Notifications and thresholds
Starting with version 4.3 collectd introduces the concept of notifications. This document describes the concept and the related thresholds as they are implemented currently. The concept is also documented in the collectd.conf(5) manual page.
Notifications are generic text messages with an associated severity and a time. Their use is to inform the user about a notable condition, such as an unusual high CPU load or a failed health check. In addition to the severity and time the messages may be associated with performance data using the usual
host/plugin/type tuple. The text doesn't follow any protocol or other specifications and the text of notifications generated by collectd may change without notice between versions. If interpretation of the text should become necessary we will add a computer understandable field or flag for that purpose. The severity can be one of
FAILURE with the usual meaning. The time hopefully is self-explanatory.
Notifications are dispatched in the same manner in which performance data is dispatched: There are "producers", i. e. plugins that create notifications, and "consumers", i. e. plugins that receive notifications and do something with them. Plugins that can either create or receive notifications are right now:
- Exec plugin: The Exec plugin can use notifications in both ways: It can receive notifications from the executed programs and dispatch it to other plugins, and it can receive dispatched notifications from the daemon and execute programs to "handle" the notification. This enables one to submit some custom status to the daemon which provides a stable and extensible infrastructure to act upon the notification.
Also, it's easy to write a script or application which is called with each notification. This script can perform some appropriate action tailored to one's need.
- LogFile plugin: The LogFile plugin has been extended to write notifications to the log file along with the other diagnostic output.
- Network plugin: The notifications can be sent and received using the network plugin, just like performance data.
- Perl plugin: Plugins written in Perl can use notifications, too. The appropriate functions have been ported to Perl so that one can create and dispatch as well as receive and handle notifications.
- SysLog plugin: The SysLog plugin has been extended to support notifications. This feature has just been merged to master, so please be patient while it becomes available into stable release.
- UnixSock plugin: The UnixSock plugin has been extended to provide the
PUTNOTIFcommand. Using this command one can submit notifications to the system using the UNIX domain socket provided by this plugin.
One of the central sources of notifications is to check whether performance values are in an acceptable range. This is done using "Thresholds", the second big change in 4.3. You can define thresholds for any value or group of values which will then be checked.
But besides range checking a possibly less obvious mechanism is enabled if thresholds are configured for a value. Because one appears to be interested in the value, a notification will be created when it hasn't been received for an unusual long time. This way you will get a notification for missing values, too, which would otherwise go unnoticed.

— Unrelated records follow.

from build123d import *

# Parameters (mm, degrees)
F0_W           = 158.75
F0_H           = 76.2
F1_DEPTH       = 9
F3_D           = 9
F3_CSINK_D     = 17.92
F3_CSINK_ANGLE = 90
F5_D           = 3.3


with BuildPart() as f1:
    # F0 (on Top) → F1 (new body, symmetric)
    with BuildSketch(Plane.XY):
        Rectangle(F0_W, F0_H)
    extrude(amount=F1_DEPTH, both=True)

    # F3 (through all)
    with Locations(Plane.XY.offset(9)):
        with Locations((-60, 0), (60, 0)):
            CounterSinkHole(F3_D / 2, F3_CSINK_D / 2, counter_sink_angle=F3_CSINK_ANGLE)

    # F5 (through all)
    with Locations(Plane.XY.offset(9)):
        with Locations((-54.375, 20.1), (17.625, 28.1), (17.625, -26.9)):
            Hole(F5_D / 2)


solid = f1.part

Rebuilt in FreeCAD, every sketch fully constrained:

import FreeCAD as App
import Part
import Sketcher
from FreeCAD import Vector

doc = App.newDocument("Part")
body = doc.addObject("PartDesign::Body", "Body")

# Sketch on XY plane
sketch1 = doc.addObject("Sketcher::SketchObject", "Sketch")
body.addObject(sketch1)
sketch1.AttachmentSupport = (doc.XY_Plane, [""])
sketch1.MapMode = "FlatFace"
sketch1.addGeometry([
    Part.LineSegment(Vector(-79.375, 38.1, 0), Vector(-79.375, -38.1, 0)),
    Part.LineSegment(Vector(-79.375, -38.1, 0), Vector(79.375, -38.1, 0)),
    Part.LineSegment(Vector(79.375, -38.1, 0), Vector(79.375, 38.1, 0)),
    Part.LineSegment(Vector(79.375, 38.1, 0), Vector(-79.375, 38.1, 0)),
], False)
sketch1.addConstraint([
    Sketcher.Constraint("Coincident", 0, 2, 1, 1),
    Sketcher.Constraint("Coincident", 1, 2, 2, 1),
    Sketcher.Constraint("Coincident", 2, 2, 3, 1),
    Sketcher.Constraint("Coincident", 3, 2, 0, 1),
    Sketcher.Constraint("Vertical", 0),
    Sketcher.Constraint("Horizontal", 1),
    Sketcher.Constraint("Vertical", 2),
    Sketcher.Constraint("Horizontal", 3),
    Sketcher.Constraint("Symmetric", 0, 2, 2, 2, -1, 1),
    Sketcher.Constraint("DistanceY", 0, 2, 0, 1, 76.2),
    Sketcher.Constraint("DistanceX", 1, 1, 1, 2, 158.75),
])
pad1 = doc.addObject("PartDesign::Pad", "Pad")
body.addObject(pad1)
pad1.Profile = sketch1
pad1.Length = 18
pad1.Midplane = True

# Sketch on XY plane
sketch2 = doc.addObject("Sketcher::SketchObject", "Sketch001")
body.addObject(sketch2)
sketch2.AttachmentSupport = (doc.XY_Plane, [""])
sketch2.MapMode = "FlatFace"
sketch2.AttachmentOffset = App.Placement(Vector(0, 0, 9), App.Rotation())
sketch2.addGeometry([
    Part.Circle(Vector(-60, 0, 0), Vector(0, 0, 1), 4.5),
    Part.Circle(Vector(60, 0, 0), Vector(0, 0, 1), 4.5),
], False)
sketch2.addConstraint([
    Sketcher.Constraint("Equal", 0, 1),
    Sketcher.Constraint("Symmetric", 0, 3, 1, 3, -1, 1),
    Sketcher.Constraint("PointOnObject", 0, 3, -1),
    Sketcher.Constraint("Diameter", 0, 9.0),
    Sketcher.Constraint("DistanceX", 0, 3, -1, 1, 60.0),
])
doc.recompute()
hole = doc.addObject("PartDesign::Hole", "Hole")
body.addObject(hole)
hole.Profile = sketch2
hole.ThreadType = "None"
hole.Diameter = 9
hole.DepthType = "ThroughAll"
hole.HoleCutType = "Countersink"
hole.HoleCutDiameter = 17.92
hole.HoleCutCountersinkAngle = 90

# Sketch on XY plane
sketch3 = doc.addObject("Sketcher::SketchObject", "Sketch002")
body.addObject(sketch3)
sketch3.AttachmentSupport = (doc.XY_Plane, [""])
sketch3.MapMode = "FlatFace"
sketch3.AttachmentOffset = App.Placement(Vector(0, 0, 9), App.Rotation())
sketch3.addGeometry([
    Part.Circle(Vector(-54.375, 20.1, 0), Vector(0, 0, 1), 1.65),
    Part.Circle(Vector(17.625, 28.1, 0), Vector(0, 0, 1), 1.65),
    Part.Circle(Vector(17.625, -26.9, 0), Vector(0, 0, 1), 1.65),
], False)
sketch3.addConstraint([
    Sketcher.Constraint("Equal", 0, 1),
    Sketcher.Constraint("Equal", 1, 2),
    Sketcher.Constraint("Vertical", 1, 3, 2, 3),
    Sketcher.Constraint("Diameter", 0, 3.3),
    Sketcher.Constraint("DistanceX", 0, 3, 1, 3, 72.0),
    Sketcher.Constraint("DistanceY", 0, 3, 1, 3, 8.0),
    Sketcher.Constraint("DistanceY", 2, 3, 1, 3, 55.0),
    Sketcher.Constraint("DistanceY", -1, 1, 0, 3, 20.1),
    Sketcher.Constraint("DistanceX", 0, 3, -1, 1, 54.375),
])
doc.recompute()
hole2 = doc.addObject("PartDesign::Hole", "Hole001")
body.addObject(hole2)
hole2.Profile = sketch3
hole2.ThreadType = "None"
hole2.Diameter = 3.3
hole2.DepthType = "ThroughAll"

doc.recompute()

When configuring thresholds you can define if the threshold is supposed to be "persistent". With persistent notifications a notification will be created for each value that is out-of-range. This may result in a high number of notifications, basically one notification each interval. If a threshold is configured to be non-persistent a notification is created for each state change, i. e. when the status changes from "okay" to "out of range" and a second one when it changes back to "okay".
There are no detailed plans what we're going to build on top of that infrastructure, but we have some interesting ideas. A plugin which sends notifications to a user using email is a must-have. A plugin which makes a (VoIP)-phonecall would be nice, too. Something using Festival comes to mind. We're always open for new ideas, of course ;)
When thinking about the concept of monitoring functionality in collectd, we tried to take advantage from design problems of other solutions. For example, other projects have a "check" which has a certain status. Although health checks and availability checks are important, there are a lot of situations where some performance data needs to be in some range. One example would be the free space in
/var, which should never be less than 100 MByte (or something like that).
Of course, other solutions can do that kind of checks, too. But the way to do this is a disaster: One defines a script to be executed (including arguments) and within the arguments the threshold values are coded. This is not only unreadable but also annoying as hell if every plugin uses its own (or a slightly different) syntax for these thresholds. In our opinion the best solution is to have the plugin report the values and let the daemon decide whether it is good or not. The user gets a uniform interface for defining these threshold limits.
So with collectd's notifications you're very flexible: A notification can inform the user that a host is unreachable, that the harddisk is dead or that the moon was destroyed. But, using the threshold values, a notification can be created when the system temperature exceeds 70 degrees (Celsius), too. So as much functionality as appropriate has been pulled into the daemon so that the plugins can focus on what they were meant to do.